◆ **What the exercise asks**
The stretch wanted below opens at the line containing "#27=EDGE_CURVE('',#23,#14,#26,.T.);" and closes at the line containing "#53=LINE('',#43,#52);". Please return it exactly, with no other lines.

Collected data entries
[Start of Attachment]

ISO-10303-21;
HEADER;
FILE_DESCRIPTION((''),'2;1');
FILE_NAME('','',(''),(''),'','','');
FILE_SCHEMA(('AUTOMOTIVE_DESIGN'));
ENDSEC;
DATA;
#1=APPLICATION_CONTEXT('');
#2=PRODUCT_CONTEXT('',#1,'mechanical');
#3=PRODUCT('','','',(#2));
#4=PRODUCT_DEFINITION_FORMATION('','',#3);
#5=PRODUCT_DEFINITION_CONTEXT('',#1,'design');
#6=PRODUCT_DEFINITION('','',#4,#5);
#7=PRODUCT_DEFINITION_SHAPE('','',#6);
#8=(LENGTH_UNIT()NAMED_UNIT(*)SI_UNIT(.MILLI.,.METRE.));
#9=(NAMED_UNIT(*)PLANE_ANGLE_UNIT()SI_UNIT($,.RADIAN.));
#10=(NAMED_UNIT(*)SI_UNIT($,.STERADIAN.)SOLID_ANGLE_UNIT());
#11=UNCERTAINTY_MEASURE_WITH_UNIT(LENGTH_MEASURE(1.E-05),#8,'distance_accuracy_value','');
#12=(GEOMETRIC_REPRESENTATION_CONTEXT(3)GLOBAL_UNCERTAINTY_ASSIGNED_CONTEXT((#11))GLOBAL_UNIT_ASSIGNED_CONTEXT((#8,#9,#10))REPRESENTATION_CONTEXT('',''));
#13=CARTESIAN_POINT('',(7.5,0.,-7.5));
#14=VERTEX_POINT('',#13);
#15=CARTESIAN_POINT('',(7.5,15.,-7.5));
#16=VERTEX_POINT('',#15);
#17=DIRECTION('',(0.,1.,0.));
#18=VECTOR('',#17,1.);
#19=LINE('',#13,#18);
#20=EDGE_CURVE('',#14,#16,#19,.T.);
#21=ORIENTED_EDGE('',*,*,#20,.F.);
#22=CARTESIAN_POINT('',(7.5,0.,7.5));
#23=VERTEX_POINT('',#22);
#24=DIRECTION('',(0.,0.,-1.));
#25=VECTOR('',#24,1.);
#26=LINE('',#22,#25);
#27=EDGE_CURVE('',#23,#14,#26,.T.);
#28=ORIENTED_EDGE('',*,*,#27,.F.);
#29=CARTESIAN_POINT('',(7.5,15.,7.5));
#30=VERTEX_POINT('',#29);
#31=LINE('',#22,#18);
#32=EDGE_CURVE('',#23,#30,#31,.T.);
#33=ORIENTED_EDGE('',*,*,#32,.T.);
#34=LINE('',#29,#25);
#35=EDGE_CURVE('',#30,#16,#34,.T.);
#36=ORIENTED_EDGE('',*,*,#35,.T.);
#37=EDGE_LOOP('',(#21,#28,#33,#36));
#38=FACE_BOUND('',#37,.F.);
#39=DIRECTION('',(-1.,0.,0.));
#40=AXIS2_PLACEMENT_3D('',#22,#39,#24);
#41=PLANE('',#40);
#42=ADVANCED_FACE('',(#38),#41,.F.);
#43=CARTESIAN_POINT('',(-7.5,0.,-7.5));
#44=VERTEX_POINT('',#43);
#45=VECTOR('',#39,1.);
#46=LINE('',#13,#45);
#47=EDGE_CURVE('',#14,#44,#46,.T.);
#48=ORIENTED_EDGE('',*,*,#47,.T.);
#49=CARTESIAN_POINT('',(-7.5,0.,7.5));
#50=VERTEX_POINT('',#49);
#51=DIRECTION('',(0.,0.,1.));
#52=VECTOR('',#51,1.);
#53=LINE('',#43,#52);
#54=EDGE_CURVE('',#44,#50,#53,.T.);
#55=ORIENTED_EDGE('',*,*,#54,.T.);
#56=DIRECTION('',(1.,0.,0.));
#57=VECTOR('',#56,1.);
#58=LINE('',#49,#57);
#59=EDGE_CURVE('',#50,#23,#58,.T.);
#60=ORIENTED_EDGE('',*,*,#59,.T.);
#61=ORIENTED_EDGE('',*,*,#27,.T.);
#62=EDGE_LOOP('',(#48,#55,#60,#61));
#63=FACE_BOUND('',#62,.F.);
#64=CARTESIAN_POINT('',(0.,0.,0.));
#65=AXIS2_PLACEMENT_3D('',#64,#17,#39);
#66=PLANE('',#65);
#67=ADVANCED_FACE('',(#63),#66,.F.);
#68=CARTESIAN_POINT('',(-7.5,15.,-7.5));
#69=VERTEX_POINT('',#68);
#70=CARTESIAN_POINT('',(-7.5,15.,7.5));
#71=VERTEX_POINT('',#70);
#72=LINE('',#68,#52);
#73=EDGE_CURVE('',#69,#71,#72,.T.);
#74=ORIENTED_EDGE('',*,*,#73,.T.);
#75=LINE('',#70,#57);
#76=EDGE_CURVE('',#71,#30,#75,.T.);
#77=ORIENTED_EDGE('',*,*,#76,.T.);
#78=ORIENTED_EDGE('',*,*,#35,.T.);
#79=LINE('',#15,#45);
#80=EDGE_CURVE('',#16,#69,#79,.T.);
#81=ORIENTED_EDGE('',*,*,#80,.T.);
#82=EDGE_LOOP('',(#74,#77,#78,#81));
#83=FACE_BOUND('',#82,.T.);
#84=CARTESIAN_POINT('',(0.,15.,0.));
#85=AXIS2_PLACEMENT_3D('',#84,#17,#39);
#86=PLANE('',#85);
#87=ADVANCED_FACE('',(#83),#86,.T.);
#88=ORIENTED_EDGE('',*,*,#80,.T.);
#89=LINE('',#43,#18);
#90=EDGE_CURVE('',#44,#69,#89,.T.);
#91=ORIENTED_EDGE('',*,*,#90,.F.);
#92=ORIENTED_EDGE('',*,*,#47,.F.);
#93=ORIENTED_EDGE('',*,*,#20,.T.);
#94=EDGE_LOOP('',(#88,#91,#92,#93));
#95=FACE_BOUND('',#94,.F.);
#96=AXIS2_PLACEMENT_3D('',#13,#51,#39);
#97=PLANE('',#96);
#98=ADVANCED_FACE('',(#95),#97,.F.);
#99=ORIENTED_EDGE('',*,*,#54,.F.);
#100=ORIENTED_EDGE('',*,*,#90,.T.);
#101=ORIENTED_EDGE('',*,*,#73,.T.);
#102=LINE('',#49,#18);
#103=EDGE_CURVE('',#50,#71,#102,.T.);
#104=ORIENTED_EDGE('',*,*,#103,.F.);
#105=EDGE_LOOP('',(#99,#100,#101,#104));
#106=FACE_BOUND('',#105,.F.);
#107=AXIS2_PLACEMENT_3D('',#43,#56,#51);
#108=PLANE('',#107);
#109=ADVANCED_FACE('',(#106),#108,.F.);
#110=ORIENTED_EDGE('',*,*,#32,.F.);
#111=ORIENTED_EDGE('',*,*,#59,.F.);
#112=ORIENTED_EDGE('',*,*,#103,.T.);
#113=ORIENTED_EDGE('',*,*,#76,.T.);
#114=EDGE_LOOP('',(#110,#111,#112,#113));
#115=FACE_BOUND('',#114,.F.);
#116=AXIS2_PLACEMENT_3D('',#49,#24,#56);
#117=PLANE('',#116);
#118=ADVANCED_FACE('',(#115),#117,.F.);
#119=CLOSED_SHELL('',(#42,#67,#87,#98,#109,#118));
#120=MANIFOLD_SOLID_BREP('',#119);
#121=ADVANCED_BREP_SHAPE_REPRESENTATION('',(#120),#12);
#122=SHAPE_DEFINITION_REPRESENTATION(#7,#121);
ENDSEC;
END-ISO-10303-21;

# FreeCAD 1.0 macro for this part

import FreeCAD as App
import Part
import Sketcher
from FreeCAD import Vector

doc = App.newDocument("Part")
body = doc.addObject("PartDesign::Body", "Body")

sketch1 = doc.addObject("Sketcher::SketchObject", "Sketch")
body.addObject(sketch1)
sketch1.AttachmentSupport = (doc.XZ_Plane, [""])
sketch1.MapMode = "FlatFace"
sketch1.addGeometry(Part.LineSegment(Vector(8, 8, 0), Vector(8, -8, 0)), False)
sketch1.addGeometry(Part.LineSegment(Vector(8, -8, 0), Vector(-8, -8, 0)), False)
sketch1.addGeometry(Part.LineSegment(Vector(-8, -8, 0), Vector(-8, 8, 0)), False)
sketch1.addGeometry(Part.LineSegment(Vector(-8, 8, 0), Vector(8, 8, 0)), False)
sketch1.addConstraint(Sketcher.Constraint("Coincident", 0, 2, 1, 1))
sketch1.addConstraint(Sketcher.Constraint("Coincident", 1, 2, 2, 1))
sketch1.addConstraint(Sketcher.Constraint("Coincident", 2, 2, 3, 1))
sketch1.addConstraint(Sketcher.Constraint("Coincident", 3, 2, 0, 1))
sketch1.addConstraint(Sketcher.Constraint("Vertical", 0))
sketch1.addConstraint(Sketcher.Constraint("Horizontal", 1))
sketch1.addConstraint(Sketcher.Constraint("Vertical", 2))
sketch1.addConstraint(Sketcher.Constraint("Horizontal", 3))
sketch1.addConstraint(Sketcher.Constraint("Symmetric", 0, 2, 2, 2, -1, 1))
sketch1.addConstraint(Sketcher.Constraint("Equal", 3, 0))
sketch1.addConstraint(Sketcher.Constraint("DistanceX", 1, 2, 1, 1, 15.0))
pad1 = doc.addObject("PartDesign::Pad", "Pad")
body.addObject(pad1)
pad1.Profile = sketch1
pad1.Length = 15
pad1.Reversed = True

doc.recompute()
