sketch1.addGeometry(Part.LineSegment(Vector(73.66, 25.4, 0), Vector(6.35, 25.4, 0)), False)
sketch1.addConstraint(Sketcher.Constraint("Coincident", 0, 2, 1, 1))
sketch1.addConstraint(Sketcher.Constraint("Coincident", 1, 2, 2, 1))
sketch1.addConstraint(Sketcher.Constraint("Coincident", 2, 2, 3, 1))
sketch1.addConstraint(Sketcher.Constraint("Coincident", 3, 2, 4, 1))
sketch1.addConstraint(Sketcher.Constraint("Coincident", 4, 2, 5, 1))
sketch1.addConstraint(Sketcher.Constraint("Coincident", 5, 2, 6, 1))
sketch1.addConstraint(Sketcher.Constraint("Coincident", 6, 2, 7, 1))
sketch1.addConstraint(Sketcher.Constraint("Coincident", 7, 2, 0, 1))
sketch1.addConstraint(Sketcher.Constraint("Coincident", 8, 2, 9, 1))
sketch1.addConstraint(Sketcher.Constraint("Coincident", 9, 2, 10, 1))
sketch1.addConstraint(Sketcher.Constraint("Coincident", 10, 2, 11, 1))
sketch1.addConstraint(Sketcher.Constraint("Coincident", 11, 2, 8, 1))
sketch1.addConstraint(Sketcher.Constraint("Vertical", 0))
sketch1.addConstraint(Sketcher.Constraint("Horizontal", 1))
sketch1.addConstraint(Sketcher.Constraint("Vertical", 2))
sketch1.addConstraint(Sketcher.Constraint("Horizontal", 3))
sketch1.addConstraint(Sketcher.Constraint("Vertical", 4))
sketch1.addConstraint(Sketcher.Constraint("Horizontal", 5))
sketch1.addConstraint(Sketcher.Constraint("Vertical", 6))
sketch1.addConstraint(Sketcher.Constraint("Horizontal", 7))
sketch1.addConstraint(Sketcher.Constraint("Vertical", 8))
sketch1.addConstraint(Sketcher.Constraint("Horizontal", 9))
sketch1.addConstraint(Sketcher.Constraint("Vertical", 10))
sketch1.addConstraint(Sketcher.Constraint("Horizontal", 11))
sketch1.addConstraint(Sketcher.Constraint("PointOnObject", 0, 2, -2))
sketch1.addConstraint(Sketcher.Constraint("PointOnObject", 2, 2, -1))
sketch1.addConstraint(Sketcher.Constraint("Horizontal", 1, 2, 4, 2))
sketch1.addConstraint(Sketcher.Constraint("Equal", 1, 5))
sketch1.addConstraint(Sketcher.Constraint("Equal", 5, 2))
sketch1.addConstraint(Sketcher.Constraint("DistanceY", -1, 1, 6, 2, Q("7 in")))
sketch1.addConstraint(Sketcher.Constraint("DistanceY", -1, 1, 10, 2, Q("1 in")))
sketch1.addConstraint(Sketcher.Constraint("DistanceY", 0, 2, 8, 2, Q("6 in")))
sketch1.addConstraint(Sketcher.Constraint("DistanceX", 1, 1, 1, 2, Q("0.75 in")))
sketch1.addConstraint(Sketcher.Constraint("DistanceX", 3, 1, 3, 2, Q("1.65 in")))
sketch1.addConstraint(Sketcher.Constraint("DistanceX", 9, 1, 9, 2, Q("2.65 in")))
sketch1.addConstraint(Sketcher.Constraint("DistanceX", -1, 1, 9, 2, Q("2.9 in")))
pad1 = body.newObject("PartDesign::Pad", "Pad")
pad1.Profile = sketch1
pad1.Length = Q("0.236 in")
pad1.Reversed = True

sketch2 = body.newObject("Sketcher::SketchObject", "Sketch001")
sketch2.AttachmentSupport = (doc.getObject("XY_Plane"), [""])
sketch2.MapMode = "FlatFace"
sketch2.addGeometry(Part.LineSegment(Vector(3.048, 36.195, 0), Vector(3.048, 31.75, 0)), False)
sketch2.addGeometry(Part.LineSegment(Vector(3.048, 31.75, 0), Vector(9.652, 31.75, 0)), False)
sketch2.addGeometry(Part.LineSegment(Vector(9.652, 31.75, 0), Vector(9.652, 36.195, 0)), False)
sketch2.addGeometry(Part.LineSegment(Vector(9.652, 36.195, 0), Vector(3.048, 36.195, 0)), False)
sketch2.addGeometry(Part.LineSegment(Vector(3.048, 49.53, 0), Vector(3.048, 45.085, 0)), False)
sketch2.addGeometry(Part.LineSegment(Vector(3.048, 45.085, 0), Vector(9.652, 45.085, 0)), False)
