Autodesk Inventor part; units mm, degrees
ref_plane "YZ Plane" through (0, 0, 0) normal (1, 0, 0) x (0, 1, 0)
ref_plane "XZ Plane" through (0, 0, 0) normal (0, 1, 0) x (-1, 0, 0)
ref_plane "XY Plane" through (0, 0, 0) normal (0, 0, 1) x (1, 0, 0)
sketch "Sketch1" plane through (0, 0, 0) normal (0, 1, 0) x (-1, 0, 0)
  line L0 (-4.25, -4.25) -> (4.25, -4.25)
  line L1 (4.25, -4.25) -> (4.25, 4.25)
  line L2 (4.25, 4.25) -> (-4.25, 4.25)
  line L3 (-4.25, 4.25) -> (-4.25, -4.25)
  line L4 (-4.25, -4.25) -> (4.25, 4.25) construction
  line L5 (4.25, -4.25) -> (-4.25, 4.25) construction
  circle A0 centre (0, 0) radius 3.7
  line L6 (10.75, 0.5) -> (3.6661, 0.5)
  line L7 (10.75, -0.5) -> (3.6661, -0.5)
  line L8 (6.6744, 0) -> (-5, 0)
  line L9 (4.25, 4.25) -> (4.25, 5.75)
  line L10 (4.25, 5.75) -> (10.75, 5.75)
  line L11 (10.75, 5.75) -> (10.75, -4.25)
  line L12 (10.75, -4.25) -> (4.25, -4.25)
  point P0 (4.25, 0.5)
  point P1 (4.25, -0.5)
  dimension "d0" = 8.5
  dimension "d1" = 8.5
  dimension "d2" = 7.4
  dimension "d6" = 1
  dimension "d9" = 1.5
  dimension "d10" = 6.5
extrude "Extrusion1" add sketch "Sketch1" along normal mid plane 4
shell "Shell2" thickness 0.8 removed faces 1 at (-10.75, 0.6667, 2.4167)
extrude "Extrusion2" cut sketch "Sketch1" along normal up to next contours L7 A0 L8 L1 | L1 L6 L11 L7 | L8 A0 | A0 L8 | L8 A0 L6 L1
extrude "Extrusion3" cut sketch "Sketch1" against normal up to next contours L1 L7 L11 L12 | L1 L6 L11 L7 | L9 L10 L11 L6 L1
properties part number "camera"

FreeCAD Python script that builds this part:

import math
import FreeCAD as App
import Part
import Sketcher
Q = App.Units.Quantity


def faces_at(feature, points):
    """Names of the faces that lie closest to the given points."""
    faces = feature.Shape.Faces
    near = lambda p: min(range(len(faces)), key=lambda i: faces[i].distToShape(Part.Vertex(*p))[0])
    return sorted({f"Face{near(p) + 1}" for p in points})

doc = App.newDocument("Part")
body = doc.addObject("PartDesign::Body", "Body")

# Sketch on XZ plane
sketch1 = body.newObject("Sketcher::SketchObject", "Sketch")
sketch1.AttachmentSupport = (doc.getObject("XZ_Plane"), [""])
sketch1.MapMode = "FlatFace"
sketch1.addGeometry(Part.LineSegment(App.Vector(4.2, -4.2, 0), App.Vector(-10.8, -4.2, 0)), False)
sketch1.addGeometry(Part.LineSegment(App.Vector(-10.8, -4.2, 0), App.Vector(-10.8, 5.8, 0)), False)
sketch1.addGeometry(Part.LineSegment(App.Vector(-10.8, 5.8, 0), App.Vector(-4.2, 5.8, 0)), False)
sketch1.addGeometry(Part.LineSegment(App.Vector(-4.2, 5.8, 0), App.Vector(-4.2, 4.2, 0)), False)
sketch1.addGeometry(Part.LineSegment(App.Vector(-4.2, 4.2, 0), App.Vector(4.2, 4.2, 0)), False)
sketch1.addGeometry(Part.LineSegment(App.Vector(4.2, 4.2, 0), App.Vector(4.2, -4.2, 0)), False)
sketch1.addConstraint(Sketcher.Constraint("Coincident", 0, 2, 1, 1))
sketch1.addConstraint(Sketcher.Constraint("Coincident", 1, 2, 2, 1))
sketch1.addConstraint(Sketcher.Constraint("Coincident", 2, 2, 3, 1))
sketch1.addConstraint(Sketcher.Constraint("Coincident", 3, 2, 4, 1))
sketch1.addConstraint(Sketcher.Constraint("Coincident", 4, 2, 5, 1))
sketch1.addConstraint(Sketcher.Constraint("Coincident", 5, 2, 0, 1))
sketch1.addConstraint(Sketcher.Constraint("Horizontal", 0))
sketch1.addConstraint(Sketcher.Constraint("Vertical", 1))
sketch1.addConstraint(Sketcher.Constraint("Horizontal", 2))
sketch1.addConstraint(Sketcher.Constraint("Vertical", 3))
sketch1.addConstraint(Sketcher.Constraint("Horizontal", 4))
sketch1.addConstraint(Sketcher.Constraint("Vertical", 5))
sketch1.addConstraint(Sketcher.Constraint("Symmetric", 3, 2, 5, 2, -1, 1))
sketch1.addConstraint(Sketcher.Constraint("Equal", 4, 5))
sketch1.addConstraint(Sketcher.Constraint("DistanceX", 2, 1, 2, 2, Q("6.5 mm")))
sketch1.addConstraint(Sketcher.Constraint("DistanceX", 4, 1, 4, 2, Q("8.5 mm")))
sketch1.addConstraint(Sketcher.Constraint("DistanceY", 3, 2, 3, 1, Q("1.5 mm")))
pad1 = body.newObject("PartDesign::Pad", "Pad")
pad1.Profile = sketch1
pad1.Length = 4
pad1.Midplane = True
doc.recompute()

thickness = body.newObject("PartDesign::Thickness", "Thickness")
thickness.Base = (pad1, faces_at(pad1, [(-10.75, 0.667, 2.417)]))
thickness.Value = 0.8
thickness.Reversed = True
thickness.Join = "Intersection"

# Sketch on XZ plane
sketch2 = body.newObject("Sketcher::SketchObject", "Sketch001")
sketch2.AttachmentSupport = (doc.getObject("XZ_Plane"), [""])
sketch2.MapMode = "FlatFace"
sketch2.addGeometry(Part.LineSegment(App.Vector(-3.7, -0.5, 0), App.Vector(-10.8, -0.5, 0)), False)
sketch2.addGeometry(Part.LineSegment(App.Vector(-10.8, -0.5, 0), App.Vector(-10.8, 0.5, 0)), False)
sketch2.addGeometry(Part.LineSegment(App.Vector(-10.8, 0.5, 0), App.Vector(-3.7, 0.5, 0)), False)
sketch2.addGeometry(Part.ArcOfCircle(Part.Circle(App.Vector(0, 0, 0), App.Vector(0, 0, 1), 3.7), math.radians(-172), math.radians(172)), False)
sketch2.addConstraint(Sketcher.Constraint("Coincident", 0, 2, 1, 1))
sketch2.addConstraint(Sketcher.Constraint("Coincident", 1, 2, 2, 1))
sketch2.addConstraint(Sketcher.Constraint("Coincident", 2, 2, 3, 2))
sketch2.addConstraint(Sketcher.Constraint("Coincident", 3, 1, 0, 1))
sketch2.addConstraint(Sketcher.Constraint("Horizontal", 0))
sketch2.addConstraint(Sketcher.Constraint("Vertical", 1))
sketch2.addConstraint(Sketcher.Constraint("Horizontal", 2))
sketch2.addConstraint(Sketcher.Constraint("Coincident", 3, 3, -1, 1))
sketch2.addConstraint(Sketcher.Constraint("Vertical", 2, 2, 3, 1))
sketch2.addConstraint(Sketcher.Constraint("Radius", 3, Q("3.7 mm")))
sketch2.addConstraint(Sketcher.Constraint("DistanceY", 1, 1, 1, 2, Q("1 mm")))
sketch2.addConstraint(Sketcher.Constraint("DistanceX", 0, 2, 0, 1, Q("7.084 mm")))
pocket1 = body.newObject("PartDesign::Pocket", "Pocket")
pocket1.Profile = sketch2
pocket1.Length = 2

# Sketch on XZ plane
sketch3 = body.newObject("Sketcher::SketchObject", "Sketch002")
sketch3.AttachmentSupport = (doc.getObject("XZ_Plane"), [""])
sketch3.MapMode = "FlatFace"
sketch3.addGeometry(Part.LineSegment(App.Vector(-4, -4, 0), App.Vector(-11, -4, 0)), False)
sketch3.addGeometry(Part.LineSegment(App.Vector(-11, -4, 0), App.Vector(-11, 6, 0)), False)
sketch3.addGeometry(Part.LineSegment(App.Vector(-11, 6, 0), App.Vector(-4, 6, 0)), False)
sketch3.addGeometry(Part.LineSegment(App.Vector(-4, 6, 0), App.Vector(-4, -4, 0)), False)
sketch3.addConstraint(Sketcher.Constraint("Coincident", 0, 2, 1, 1))
sketch3.addConstraint(Sketcher.Constraint("Coincident", 1, 2, 2, 1))
sketch3.addConstraint(Sketcher.Constraint("Coincident", 2, 2, 3, 1))
sketch3.addConstraint(Sketcher.Constraint("Coincident", 3, 2, 0, 1))
sketch3.addConstraint(Sketcher.Constraint("Horizontal", 0))
sketch3.addConstraint(Sketcher.Constraint("Vertical", 1))
sketch3.addConstraint(Sketcher.Constraint("Horizontal", 2))
sketch3.addConstraint(Sketcher.Constraint("Vertical", 3))
sketch3.addConstraint(Sketcher.Constraint("DistanceX", 0, 2, 0, 1, Q("6.5 mm")))
sketch3.addConstraint(Sketcher.Constraint("DistanceY", 1, 1, 1, 2, Q("10 mm")))
sketch3.addConstraint(Sketcher.Constraint("DistanceX", 0, 2, -1, 1, Q("10.75 mm")))
sketch3.addConstraint(Sketcher.Constraint("DistanceY", 0, 2, -1, 1, Q("4.25 mm")))
pocket2 = body.newObject("PartDesign::Pocket", "Pocket001")
pocket2.Profile = sketch3
pocket2.Length = 2
pocket2.Reversed = True

doc.recompute()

[End of Attachment]

◆ **Response to the task**
#27=EDGE_CURVE('',#23,#14,#26,.T.);
#28=ORIENTED_EDGE('',*,*,#27,.F.);
#29=CARTESIAN_POINT('',(7.5,15.,7.5));
#30=VERTEX_POINT('',#29);
#31=LINE('',#22,#18);
#32=EDGE_CURVE('',#23,#30,#31,.T.);
#33=ORIENTED_EDGE('',*,*,#32,.T.);
#34=LINE('',#29,#25);
#35=EDGE_CURVE('',#30,#16,#34,.T.);
#36=ORIENTED_EDGE('',*,*,#35,.T.);
#37=EDGE_LOOP('',(#21,#28,#33,#36));
#38=FACE_BOUND('',#37,.F.);
#39=DIRECTION('',(-1.,0.,0.));
#40=AXIS2_PLACEMENT_3D('',#22,#39,#24);
#41=PLANE('',#40);
#42=ADVANCED_FACE('',(#38),#41,.F.);
#43=CARTESIAN_POINT('',(-7.5,0.,-7.5));
#44=VERTEX_POINT('',#43);
#45=VECTOR('',#39,1.);
#46=LINE('',#13,#45);
#47=EDGE_CURVE('',#14,#44,#46,.T.);
#48=ORIENTED_EDGE('',*,*,#47,.T.);
#49=CARTESIAN_POINT('',(-7.5,0.,7.5));
#50=VERTEX_POINT('',#49);
#51=DIRECTION('',(0.,0.,1.));
#52=VECTOR('',#51,1.);
#53=LINE('',#43,#52);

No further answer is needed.